By Gregg Greenberg, 12/26/08

Brother can you spare a trillion?

Nearly every dumb event that took place in 2008 was rooted in some way to the ongoing credit crisis, thereby meriting it the coveted top spot on our list. The bubble-like extension and collapse of credit -- from simple charge cards to complex C.D.O.'s (Collateralized Debt Obligations, that is) -- refocused an investing public that traditionally seeks its economic answers from the stock market.

No, it was bonds that set the terrible tone in 2008. Bad bonds. And they had a license to kill.

The losses and writedowns announced by Morgan Stanley(MS Quote) and Goldman Sachs(GS Quote) last week brought the losses by financial firms in the U.S. to $678 billion since last year, while European banks and insurers have written down a further $300 billion, according to Bloomberg.

That's nearly a trillion dollars lost down the drain, alongside more than two hundred thousand financial jobs, all due to Wall Street's failed love affair with mortgage-backed bonds.

Don't have enough money to buy that McMansion? No problem. Countrywide will give you a subprime loan. What do they care? They are just selling it to Bear Stearns or Lehman Brothers -- may they rest in peace -- where it can be wrapped up into a toxic sausage called a C.D.O. And once it's wrapped nice and tight, Moody's(MCO Quote), Standard And Poor's or one of the other crooked ratings agencies will bless it with a pristine AAA rating so it can be sold to a European bank or some other sucker overseas stretching for a slightly better yield.

That's how it worked.

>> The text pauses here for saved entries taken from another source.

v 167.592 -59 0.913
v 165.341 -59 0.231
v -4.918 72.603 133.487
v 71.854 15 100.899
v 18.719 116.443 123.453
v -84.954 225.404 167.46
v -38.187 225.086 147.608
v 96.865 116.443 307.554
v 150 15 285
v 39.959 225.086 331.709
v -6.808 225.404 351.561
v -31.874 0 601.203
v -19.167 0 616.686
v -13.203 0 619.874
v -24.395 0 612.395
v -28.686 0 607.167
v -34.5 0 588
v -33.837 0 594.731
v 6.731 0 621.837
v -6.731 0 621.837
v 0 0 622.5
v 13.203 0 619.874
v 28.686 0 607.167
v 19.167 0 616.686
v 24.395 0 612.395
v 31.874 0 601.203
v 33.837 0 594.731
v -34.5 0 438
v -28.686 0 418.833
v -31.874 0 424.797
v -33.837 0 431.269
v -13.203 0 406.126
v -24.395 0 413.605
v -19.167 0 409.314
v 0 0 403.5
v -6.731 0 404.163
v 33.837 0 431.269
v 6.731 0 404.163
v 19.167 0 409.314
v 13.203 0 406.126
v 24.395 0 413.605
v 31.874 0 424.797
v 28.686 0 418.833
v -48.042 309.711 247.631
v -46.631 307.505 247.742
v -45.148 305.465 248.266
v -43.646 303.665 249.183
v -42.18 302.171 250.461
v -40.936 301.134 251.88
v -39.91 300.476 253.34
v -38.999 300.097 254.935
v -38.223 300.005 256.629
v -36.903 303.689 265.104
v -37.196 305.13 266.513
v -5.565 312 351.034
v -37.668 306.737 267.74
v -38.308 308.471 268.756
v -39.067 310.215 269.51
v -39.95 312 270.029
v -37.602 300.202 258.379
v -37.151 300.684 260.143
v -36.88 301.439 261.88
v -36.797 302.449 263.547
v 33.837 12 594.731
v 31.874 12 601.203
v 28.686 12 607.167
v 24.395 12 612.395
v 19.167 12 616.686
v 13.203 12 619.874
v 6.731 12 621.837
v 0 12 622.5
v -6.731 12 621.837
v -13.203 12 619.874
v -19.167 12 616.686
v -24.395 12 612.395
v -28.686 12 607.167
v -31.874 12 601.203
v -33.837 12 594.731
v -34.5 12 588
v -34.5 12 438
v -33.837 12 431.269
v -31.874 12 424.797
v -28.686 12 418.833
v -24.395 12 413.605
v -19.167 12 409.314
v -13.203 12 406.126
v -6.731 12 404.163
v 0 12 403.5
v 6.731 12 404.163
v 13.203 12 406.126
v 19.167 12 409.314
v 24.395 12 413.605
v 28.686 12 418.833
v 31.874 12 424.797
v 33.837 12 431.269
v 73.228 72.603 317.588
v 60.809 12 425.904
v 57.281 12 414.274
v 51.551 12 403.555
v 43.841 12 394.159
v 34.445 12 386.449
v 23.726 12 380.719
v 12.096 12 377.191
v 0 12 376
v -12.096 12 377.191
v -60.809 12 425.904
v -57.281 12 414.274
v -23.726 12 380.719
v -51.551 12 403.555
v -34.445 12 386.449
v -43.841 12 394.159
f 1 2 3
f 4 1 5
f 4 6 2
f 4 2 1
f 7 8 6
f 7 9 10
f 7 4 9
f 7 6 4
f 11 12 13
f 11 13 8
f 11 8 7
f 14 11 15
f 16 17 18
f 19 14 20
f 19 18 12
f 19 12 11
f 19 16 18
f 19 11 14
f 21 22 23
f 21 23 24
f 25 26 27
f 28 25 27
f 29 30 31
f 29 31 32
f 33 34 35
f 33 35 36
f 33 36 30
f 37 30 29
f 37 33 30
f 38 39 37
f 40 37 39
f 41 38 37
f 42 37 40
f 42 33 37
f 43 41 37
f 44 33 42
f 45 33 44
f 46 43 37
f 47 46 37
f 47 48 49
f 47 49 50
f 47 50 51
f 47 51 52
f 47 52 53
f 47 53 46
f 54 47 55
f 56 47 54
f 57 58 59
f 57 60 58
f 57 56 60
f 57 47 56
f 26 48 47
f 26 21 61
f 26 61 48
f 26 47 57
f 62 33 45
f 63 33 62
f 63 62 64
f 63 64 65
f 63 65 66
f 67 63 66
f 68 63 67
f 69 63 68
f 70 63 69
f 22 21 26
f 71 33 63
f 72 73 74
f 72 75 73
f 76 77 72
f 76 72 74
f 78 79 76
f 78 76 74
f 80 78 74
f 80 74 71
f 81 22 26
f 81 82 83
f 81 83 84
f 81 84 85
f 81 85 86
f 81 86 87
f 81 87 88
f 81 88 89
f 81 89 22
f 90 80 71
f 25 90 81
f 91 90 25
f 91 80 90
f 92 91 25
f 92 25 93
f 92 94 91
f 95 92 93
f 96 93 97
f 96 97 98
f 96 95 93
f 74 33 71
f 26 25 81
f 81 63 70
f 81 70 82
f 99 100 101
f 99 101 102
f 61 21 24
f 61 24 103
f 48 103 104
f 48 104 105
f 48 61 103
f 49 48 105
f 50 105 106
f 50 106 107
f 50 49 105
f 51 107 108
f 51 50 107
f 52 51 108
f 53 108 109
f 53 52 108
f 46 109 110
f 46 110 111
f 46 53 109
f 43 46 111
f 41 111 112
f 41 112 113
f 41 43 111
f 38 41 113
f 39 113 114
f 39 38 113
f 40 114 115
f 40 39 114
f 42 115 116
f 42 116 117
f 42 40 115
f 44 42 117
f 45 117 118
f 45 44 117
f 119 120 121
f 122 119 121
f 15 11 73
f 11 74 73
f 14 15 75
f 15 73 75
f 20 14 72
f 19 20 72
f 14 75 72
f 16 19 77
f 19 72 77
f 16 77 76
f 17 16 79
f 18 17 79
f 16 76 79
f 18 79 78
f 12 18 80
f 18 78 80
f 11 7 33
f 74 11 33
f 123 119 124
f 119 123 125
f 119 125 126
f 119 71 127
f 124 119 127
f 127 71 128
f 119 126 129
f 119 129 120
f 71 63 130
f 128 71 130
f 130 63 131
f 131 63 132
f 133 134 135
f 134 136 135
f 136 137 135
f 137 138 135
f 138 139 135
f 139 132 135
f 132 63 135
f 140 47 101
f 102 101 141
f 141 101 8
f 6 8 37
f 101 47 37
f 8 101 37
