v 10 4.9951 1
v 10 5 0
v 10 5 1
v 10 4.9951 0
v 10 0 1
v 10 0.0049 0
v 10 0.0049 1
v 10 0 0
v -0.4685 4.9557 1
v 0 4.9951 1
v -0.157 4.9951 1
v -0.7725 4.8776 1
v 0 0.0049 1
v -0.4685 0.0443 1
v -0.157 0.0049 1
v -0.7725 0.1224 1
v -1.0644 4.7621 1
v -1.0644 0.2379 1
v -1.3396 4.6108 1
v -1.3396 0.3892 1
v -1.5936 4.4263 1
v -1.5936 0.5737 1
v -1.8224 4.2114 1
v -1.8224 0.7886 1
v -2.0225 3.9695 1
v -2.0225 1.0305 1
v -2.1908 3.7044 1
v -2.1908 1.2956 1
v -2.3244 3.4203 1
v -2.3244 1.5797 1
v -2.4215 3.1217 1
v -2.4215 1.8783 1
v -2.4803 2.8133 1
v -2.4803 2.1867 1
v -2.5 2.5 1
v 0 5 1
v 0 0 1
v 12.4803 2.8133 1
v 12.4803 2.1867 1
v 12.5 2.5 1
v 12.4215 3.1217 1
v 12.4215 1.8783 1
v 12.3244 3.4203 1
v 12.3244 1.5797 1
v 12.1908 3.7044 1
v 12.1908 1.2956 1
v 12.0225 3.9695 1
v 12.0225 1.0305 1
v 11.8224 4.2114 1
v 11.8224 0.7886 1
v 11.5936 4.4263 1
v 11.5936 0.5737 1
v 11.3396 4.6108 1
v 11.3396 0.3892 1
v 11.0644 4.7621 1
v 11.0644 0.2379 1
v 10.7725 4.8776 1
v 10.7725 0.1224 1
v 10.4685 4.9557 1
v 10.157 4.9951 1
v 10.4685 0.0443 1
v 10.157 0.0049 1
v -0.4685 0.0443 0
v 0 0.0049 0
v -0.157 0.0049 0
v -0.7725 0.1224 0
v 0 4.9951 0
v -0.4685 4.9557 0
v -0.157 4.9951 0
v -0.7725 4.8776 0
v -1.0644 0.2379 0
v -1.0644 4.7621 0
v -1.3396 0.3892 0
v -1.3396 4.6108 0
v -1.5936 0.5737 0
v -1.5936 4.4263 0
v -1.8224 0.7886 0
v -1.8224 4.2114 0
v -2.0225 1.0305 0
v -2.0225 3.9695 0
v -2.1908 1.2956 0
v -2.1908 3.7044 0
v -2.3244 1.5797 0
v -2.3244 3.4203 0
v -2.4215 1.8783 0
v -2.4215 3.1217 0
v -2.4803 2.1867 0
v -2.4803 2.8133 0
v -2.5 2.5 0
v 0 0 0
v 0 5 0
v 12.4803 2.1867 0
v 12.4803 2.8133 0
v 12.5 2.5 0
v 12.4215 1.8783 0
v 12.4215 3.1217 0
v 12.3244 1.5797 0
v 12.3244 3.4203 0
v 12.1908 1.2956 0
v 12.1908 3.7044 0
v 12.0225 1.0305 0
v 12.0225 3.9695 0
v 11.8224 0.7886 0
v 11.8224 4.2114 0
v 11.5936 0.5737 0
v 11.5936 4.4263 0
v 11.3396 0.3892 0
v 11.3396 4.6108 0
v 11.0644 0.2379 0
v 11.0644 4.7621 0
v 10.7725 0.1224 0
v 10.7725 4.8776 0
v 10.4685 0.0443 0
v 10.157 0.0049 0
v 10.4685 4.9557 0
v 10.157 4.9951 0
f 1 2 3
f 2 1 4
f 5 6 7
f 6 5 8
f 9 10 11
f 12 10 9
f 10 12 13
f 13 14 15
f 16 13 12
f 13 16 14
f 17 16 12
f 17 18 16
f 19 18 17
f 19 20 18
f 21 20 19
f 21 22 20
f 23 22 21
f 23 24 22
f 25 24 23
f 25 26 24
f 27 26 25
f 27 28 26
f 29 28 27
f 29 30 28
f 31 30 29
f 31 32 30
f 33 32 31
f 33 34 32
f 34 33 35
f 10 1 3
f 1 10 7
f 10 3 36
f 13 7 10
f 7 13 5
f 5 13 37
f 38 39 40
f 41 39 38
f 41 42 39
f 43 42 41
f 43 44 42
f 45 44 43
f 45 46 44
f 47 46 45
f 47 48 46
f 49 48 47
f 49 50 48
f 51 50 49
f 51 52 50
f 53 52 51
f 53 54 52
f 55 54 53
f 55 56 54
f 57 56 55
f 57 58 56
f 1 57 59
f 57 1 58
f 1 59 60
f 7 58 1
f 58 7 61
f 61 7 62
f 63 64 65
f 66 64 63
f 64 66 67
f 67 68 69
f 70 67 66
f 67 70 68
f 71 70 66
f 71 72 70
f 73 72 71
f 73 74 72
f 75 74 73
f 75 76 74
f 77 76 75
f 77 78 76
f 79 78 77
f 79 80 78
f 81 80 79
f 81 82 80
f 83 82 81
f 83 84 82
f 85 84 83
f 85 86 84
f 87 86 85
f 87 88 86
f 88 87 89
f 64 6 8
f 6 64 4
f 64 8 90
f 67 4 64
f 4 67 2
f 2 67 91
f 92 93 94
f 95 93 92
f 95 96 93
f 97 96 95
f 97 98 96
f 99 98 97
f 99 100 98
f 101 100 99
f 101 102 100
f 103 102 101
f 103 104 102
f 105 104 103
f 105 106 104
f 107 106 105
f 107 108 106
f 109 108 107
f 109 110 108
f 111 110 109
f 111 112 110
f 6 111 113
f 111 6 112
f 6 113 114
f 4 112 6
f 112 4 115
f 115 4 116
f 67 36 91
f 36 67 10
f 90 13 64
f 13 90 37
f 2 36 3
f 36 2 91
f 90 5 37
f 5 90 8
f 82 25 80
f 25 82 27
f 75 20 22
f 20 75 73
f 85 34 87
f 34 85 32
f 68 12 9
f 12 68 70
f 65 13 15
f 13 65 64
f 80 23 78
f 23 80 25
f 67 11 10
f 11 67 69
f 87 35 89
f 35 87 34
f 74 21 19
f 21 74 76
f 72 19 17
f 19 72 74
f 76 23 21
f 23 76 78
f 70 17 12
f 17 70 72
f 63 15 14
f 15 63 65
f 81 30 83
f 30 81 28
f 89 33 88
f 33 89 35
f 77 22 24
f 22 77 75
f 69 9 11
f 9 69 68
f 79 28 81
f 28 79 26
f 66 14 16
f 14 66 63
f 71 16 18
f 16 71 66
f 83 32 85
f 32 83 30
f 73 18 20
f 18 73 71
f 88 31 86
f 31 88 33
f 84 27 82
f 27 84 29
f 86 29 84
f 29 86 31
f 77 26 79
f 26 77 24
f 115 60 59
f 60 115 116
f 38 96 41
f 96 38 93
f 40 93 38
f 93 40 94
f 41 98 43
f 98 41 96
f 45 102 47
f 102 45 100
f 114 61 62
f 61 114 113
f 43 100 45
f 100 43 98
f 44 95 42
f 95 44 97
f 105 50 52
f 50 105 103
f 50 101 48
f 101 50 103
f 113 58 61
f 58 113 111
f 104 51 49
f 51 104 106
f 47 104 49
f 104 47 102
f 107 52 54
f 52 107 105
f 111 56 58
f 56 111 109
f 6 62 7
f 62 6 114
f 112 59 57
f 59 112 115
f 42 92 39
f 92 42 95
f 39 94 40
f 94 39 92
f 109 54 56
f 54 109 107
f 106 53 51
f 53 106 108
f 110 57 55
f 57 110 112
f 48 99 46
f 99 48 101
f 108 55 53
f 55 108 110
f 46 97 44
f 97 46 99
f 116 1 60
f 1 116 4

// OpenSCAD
$fn = 50;

trY=2.5;

//plantilla
cube(size=[10,5,1]);
translate([0,2.5,0]) cylinder(h = 1, r = 2.5); //toe
translate([10,2.5,0]) cylinder(h = 1, r = 2.5); //heel

module back(){
	difference(){
		rotate([0,5,0])
		translate([10,trY,1]) cylinder(h=5.5, r=2.5);

		rotate([0,5,0])
		translate([9,trY,1]) cylinder(h=7, r=2.5);	
	}
}

module flipflop(y){
	difference(){
		translate([0,trY,2.5]) rotate([0,y,0]) cylinder(h=1, r=2.5);
	
		translate([-1,trY,2.5]) rotate([0,y,0]) cylinder(h=3, r= 2);
	}
}

module sandal(){
	back();
	flipflop(85);

	difference(){
		translate([0,trY,0]) rotate([0,-10,0]) cylinder(h=5, r=2.5);
	
		cube(size=[3,6,7]);

		translate([-1.4,trY,2.5]) rotate([0,80,0]) cylinder(h=3, r= 2);
	}
}

module slipper(){
	sandal();
	rotate([0,-3,0]) cube(size=[10.5,0.5,5]);
	translate([0,4.5,0]) rotate([0,-3,0]) cube(size=[10.5,0.5,5]);
	difference(){
		translate([-2.9,trY,4]) rotate([0,80,0]) cylinder(h=8, r=2.5);

		translate([0,trY,3]) rotate([0,80,0]) cylinder(h=6, r=2.5);
	}
		
}

//flipflop(90);
//sandal();
//slipper();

As long as the mortgage music was playing, Wall Street kept "dancing", to borrow a phrase from then Citigroup CEO Chuck Prince in the summer of 2007. (Good Ole Chuck boogied off later that year with $42 million bucks that shareholders will never see again.)

And it kept working that way until, like a financial Frankenstein, the monster turned on its creator, leveling every investment bank, commercial bank and hedge fund in its path. Financial firms fell, one by one, choking on the bad loans they brought to market.

But now the mess of 2008 is almost past, but it's not quite over. So far, what's left is a nation of battered banks, foreclosed homes and tapped out consumers -- who, let's be honest, were complicit in their own way for being swept up in a national wave of greed.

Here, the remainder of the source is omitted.